When I was changing my central heating controller from a bog-standard timer to a Hive, I found that the heating engineer who had installed the boiler had used cable that had two cores of the same or very similar colour (either both black or else black plus very dark grey) for the switched CH and switched HW wires from the controller to the boiler. I labelled the wires with little sellotape tags as I unwired them from the old backing plate, so I'd be able to connect them to the correct terminals on the new (Hive) backing plate. But I'd forgotten that I'd have to pull the cable through a tight cutout in the old backing box - which ripped off all my little tags :-( Luckily the only ambiguous wires were two that performed the same function in different circumstances (HW versus CH) so the impact of connecting them the wrong way round (50% chance of doing so) was minimal. Inevitably I did get them the wrong way round to begin with, but it only took a couple of minutes to establish that when I press the "HW on" manual override, the radiators got warm, so I just exchanged the wires.

When I was later removing the Hive to reinstall the standard controller when we moved house, I put a dab of Typpex on one of the two identical wires and wrote "black=CH, black+spot=HW" on a piece of paper which I put into the backing box for the benefit of anyone else.

I'd have used cable that had wires which were all very different colours that didn't require sleeving to disambiguate them: black versus dark grey is asking for confusion.

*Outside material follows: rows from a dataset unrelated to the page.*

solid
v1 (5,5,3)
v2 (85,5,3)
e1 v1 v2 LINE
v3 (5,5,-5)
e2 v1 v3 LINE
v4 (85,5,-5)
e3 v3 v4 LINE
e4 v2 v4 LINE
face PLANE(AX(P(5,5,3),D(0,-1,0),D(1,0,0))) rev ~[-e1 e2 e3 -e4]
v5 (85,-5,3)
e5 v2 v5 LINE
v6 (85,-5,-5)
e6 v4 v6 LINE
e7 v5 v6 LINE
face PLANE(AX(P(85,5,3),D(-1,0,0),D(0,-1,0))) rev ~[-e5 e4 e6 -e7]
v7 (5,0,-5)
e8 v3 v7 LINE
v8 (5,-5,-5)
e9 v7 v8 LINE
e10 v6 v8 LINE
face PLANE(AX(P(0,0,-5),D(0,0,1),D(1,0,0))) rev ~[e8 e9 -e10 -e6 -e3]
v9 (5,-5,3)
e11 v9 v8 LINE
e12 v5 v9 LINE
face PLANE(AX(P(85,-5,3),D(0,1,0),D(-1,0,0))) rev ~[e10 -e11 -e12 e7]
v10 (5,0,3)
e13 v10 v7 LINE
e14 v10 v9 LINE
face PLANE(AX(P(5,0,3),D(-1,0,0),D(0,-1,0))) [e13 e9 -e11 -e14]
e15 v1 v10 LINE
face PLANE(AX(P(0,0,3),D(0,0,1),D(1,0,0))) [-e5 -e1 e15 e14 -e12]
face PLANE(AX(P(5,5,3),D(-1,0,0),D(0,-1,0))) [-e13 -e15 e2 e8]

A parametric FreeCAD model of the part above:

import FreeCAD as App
import Part
import Sketcher

V = App.Vector
Q = App.Units.Quantity


def add_polygon(sketch, points):
    """Adds a closed chain of lines whose ends are joined by coincident constraints."""
    first, n = sketch.GeometryCount, len(points)
    for a, b in zip(points, points[1:] + points[:1]):
        sketch.addGeometry(Part.LineSegment(App.Vector(*a, 0), App.Vector(*b, 0)), False)
    for i in range(n):
        sketch.addConstraint(Sketcher.Constraint("Coincident", first + i, 2, first + (i + 1) % n, 1))

doc = App.newDocument("Part")
body = doc.addObject("PartDesign::Body", "Body")

# Sketch on XY plane
sketch1 = body.newObject("Sketcher::SketchObject", "Sketch")
sketch1.AttachmentSupport = (doc.getObject("XY_Plane"), [""])
sketch1.MapMode = "FlatFace"
sketch1.AttachmentOffset = App.Placement(V(0, 0, 3), App.Rotation())
add_polygon(sketch1, [(85, 5), (5, 5), (5, -5), (85, -5)])  # lines 0-3
sketch1.addConstraint([
    Sketcher.Constraint("Horizontal", 0),
    Sketcher.Constraint("Vertical", 1),
    Sketcher.Constraint("Horizontal", 2),
    Sketcher.Constraint("Vertical", 3),
    Sketcher.Constraint("DistanceX", 0, 2, 0, 1, Q("80 mm")),
    Sketcher.Constraint("DistanceX", -1, 1, 0, 2, Q("5 mm")),
    Sketcher.Constraint("DistanceY", -1, 1, 0, 2, Q("5 mm")),
    Sketcher.Constraint("DistanceY", 1, 2, -1, 1, Q("5 mm")),
])
pad1 = body.newObject("PartDesign::Pad", "Pad")
pad1.Profile = sketch1
pad1.Length = 8
pad1.Reversed = True

doc.recompute()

Three-phase cable wouldn't have had that problem because all the wires are different colours.

Reply to
NY

What is it with you left brainers that means you can't take an observation without getting all offended over it?

Like / understand / believe it or not, different people are different and that's not good or bad but different.

So, if you happen to be a fast runner it would be quite reasonable for you to say you were faster than people who were slow runners. However, a slow runner might be better at say a marathon than someone who excels at a sprint.

You left brainers are sprinters, you come to your decisions very quickly because your thought processes aren't bogged down whilst you also consider 'other factors' (scientifically proven).

You voted Leave because of your own particular parameters. You had no idea if they would happen nor how it would affect us (possibly for the worse) if it did.

I couldn't vote either way because I wasn't willing to gamble with other peoples lives because we didn't have enough information (and I didn't already have an agenda, as would a racist or Little Englander) and had to go on the information available at the time alone.

HTH (but I doubt it will as you are so blinkered). ;-(

Cheers, T i m

Reply to
T i m

I take it you've never been to India.

The quality of work in India is utterly appalling. It gives 'make do' a very good name.